15% of your grade is determined from submission of your lesson exercises and participation in the lab sessions. You are expected to work together with your team members and course instructors with your full attention during the lab sessions.
Collaboration policy and Honor Code
Some of the data we will use in this course is unpublished, generously given to us by researchers both from Caltech and from other institutions. They have given us their data in good faith that it will be used only in this class. It is therefore imperative that you do not disseminate data sets that I ask you not to distribute anywhere outside of this class.
Since the homework is done in assigned teams, you obviously should collaborate heavily with the other members of your team. You are free to discuss the homework with other teams, including via Ed, but the work you submit must be the work of your own team.
You may not consult solutions of homework problems from previous editions of this course.
You are free to consult references, literature, websites, blogs, etc., outside of the materials presented in class. (The exceptions are places where homework problems are completely worked out, such as previous editions of this or other courses, or other students' work.) In fact, you are encouraged to do so. If you do, you must properly cite the sources in your homework. Be warned: doing homework by Google fishing will not work! The problems are too open ended and the techniques are too varied.
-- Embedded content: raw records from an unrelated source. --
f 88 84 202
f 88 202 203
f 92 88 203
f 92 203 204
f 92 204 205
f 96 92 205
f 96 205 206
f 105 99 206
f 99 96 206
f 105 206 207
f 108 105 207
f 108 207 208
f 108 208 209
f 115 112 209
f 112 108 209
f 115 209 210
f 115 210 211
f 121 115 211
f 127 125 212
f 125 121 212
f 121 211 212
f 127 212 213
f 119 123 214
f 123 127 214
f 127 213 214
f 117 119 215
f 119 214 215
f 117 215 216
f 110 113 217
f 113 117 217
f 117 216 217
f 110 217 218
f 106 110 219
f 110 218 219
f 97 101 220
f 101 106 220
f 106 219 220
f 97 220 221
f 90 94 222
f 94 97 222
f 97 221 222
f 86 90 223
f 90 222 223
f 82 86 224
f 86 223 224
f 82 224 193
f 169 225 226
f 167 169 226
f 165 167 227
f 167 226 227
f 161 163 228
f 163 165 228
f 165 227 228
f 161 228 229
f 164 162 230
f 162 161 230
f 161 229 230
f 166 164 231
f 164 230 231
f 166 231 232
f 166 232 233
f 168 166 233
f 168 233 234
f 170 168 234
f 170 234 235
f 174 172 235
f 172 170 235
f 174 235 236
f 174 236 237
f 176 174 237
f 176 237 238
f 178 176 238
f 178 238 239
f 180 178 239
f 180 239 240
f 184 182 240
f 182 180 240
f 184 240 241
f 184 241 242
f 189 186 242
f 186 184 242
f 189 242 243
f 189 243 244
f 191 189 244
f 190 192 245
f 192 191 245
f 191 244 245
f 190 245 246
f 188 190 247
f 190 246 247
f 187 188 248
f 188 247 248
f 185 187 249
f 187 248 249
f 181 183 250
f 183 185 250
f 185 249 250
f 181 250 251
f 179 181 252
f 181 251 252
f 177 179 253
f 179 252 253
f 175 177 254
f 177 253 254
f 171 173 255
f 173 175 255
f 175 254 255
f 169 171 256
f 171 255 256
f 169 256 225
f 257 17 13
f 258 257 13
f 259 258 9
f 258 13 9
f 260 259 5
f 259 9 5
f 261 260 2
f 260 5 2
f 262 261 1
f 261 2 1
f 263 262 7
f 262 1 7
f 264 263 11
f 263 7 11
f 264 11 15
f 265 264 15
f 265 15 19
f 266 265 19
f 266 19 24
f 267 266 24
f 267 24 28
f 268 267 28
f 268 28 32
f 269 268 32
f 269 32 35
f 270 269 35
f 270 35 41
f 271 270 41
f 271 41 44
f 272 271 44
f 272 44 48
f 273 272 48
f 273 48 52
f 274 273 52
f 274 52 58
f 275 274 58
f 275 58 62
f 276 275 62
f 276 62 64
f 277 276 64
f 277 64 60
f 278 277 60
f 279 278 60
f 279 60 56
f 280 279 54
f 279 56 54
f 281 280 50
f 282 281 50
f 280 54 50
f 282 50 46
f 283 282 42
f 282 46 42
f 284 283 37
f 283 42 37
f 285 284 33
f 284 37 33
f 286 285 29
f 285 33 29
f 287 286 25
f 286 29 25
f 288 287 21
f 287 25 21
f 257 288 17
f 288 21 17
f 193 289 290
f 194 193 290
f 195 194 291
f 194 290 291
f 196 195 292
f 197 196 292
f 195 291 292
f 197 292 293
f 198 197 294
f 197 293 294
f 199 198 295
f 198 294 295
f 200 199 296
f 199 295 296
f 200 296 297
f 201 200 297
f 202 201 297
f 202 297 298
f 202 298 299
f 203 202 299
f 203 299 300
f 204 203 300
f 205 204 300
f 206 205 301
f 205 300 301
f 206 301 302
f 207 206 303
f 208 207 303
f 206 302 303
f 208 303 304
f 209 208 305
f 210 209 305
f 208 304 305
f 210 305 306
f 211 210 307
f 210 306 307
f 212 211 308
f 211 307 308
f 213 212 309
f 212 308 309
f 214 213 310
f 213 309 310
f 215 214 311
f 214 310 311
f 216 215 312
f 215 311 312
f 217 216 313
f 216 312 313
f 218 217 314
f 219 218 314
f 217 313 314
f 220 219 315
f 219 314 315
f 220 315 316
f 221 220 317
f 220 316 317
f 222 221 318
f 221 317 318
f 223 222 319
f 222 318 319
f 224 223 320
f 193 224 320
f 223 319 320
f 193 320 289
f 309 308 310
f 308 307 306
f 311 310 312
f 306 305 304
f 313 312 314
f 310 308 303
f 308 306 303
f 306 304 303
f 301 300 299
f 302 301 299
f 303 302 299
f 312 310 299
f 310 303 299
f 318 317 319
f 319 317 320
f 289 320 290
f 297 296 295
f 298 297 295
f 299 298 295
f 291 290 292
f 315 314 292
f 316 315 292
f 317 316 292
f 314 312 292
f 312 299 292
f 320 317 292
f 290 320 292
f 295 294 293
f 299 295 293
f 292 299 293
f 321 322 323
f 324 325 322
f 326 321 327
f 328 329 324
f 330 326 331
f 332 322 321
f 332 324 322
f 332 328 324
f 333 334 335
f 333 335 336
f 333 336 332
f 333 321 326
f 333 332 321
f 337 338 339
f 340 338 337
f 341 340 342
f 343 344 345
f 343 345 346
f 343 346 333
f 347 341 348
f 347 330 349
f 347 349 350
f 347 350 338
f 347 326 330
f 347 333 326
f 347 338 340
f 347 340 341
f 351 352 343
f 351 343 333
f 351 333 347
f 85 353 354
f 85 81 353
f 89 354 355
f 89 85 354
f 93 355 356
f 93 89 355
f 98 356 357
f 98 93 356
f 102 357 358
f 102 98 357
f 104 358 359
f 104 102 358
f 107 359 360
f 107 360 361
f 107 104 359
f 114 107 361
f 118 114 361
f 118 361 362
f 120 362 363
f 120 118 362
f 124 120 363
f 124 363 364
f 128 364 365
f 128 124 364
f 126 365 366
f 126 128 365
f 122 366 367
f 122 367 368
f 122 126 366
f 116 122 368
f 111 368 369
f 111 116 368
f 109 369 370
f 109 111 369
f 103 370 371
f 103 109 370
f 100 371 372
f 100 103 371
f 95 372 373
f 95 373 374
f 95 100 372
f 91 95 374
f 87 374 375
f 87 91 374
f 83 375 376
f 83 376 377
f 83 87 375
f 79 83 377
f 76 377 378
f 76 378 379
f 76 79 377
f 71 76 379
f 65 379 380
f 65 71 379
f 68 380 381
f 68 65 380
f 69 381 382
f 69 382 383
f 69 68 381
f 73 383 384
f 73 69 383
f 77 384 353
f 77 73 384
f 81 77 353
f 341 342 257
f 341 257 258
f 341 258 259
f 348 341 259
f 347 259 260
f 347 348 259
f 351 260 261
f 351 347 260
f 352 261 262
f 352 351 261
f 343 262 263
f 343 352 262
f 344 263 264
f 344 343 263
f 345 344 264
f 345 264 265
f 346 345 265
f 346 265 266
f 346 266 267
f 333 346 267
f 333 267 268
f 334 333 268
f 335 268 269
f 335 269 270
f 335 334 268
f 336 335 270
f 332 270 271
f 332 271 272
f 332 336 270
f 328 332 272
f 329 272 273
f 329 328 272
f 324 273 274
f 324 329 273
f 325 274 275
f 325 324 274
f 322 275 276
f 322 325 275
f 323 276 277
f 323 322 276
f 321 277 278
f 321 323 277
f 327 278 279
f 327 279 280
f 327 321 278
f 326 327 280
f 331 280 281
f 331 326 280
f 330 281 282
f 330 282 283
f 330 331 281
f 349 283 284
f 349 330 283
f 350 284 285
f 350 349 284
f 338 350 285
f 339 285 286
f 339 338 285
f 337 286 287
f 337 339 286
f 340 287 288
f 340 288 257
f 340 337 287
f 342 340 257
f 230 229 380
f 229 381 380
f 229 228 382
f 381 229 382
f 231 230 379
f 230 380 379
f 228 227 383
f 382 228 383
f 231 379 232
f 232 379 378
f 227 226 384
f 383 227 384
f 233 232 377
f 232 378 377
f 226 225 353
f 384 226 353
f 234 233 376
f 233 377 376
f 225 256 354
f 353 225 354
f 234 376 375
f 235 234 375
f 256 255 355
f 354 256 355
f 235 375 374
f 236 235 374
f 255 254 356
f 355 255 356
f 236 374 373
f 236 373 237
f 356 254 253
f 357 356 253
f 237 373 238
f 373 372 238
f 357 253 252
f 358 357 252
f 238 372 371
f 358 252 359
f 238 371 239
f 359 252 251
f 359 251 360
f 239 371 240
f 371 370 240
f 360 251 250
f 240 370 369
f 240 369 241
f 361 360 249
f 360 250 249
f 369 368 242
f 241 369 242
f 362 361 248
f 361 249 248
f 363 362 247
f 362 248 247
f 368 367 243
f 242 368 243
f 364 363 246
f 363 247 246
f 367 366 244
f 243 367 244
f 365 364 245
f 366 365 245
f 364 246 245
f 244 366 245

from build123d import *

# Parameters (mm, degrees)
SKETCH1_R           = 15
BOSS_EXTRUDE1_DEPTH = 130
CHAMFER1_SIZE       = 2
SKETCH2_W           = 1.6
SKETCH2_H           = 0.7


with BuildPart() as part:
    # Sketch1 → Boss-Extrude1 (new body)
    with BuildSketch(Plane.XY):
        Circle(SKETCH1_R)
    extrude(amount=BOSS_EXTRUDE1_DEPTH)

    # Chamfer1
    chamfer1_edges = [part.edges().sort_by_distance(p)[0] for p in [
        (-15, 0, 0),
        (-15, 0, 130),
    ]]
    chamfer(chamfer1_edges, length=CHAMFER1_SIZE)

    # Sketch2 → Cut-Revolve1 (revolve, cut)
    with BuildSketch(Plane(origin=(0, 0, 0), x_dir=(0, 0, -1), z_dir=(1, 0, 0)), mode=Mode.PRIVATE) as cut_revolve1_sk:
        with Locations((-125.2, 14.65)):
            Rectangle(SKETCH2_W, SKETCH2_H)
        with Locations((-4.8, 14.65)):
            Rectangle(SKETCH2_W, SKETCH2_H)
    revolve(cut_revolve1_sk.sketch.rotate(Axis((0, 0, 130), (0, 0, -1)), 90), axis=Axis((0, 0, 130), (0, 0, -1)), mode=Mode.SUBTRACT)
Excused absences/extensions
Under certain circumstances, missed lab or lecture sessions will be excused and extensions given on the homework without costing grace days. The reasons for the excuses or extensions must be compelling, such as health or family issues. Graduate school interviews are common during the winter term, and extensions are also typically granted for these. In all cases extensions must be requested from the course instructor.
Course communications
You are free to contact the course staff at any time, but we encourage you to use the class Ed page for questions course topics and homework. Most of our mass communication with you will be through Ed, so be sure to set your Ed account to give you email alerts if necessary.
Prerequisites
BE/Bi 103 a or equivalent is a prerequisite for this course. In particular, you should be comfortable using Python fo scientific computing, including use of Numpy, Pandas, Jupyter/JupyterLab with LaTeX, and plotting, e.g., with Bokeh. You should also be able to use Git. If you need to brush up on these skills, you can visit the BE/Bi 103 a website. In particular, you should check out the lessons on Jupyter, LaTeX, and Git since all assignments in this class use these tools.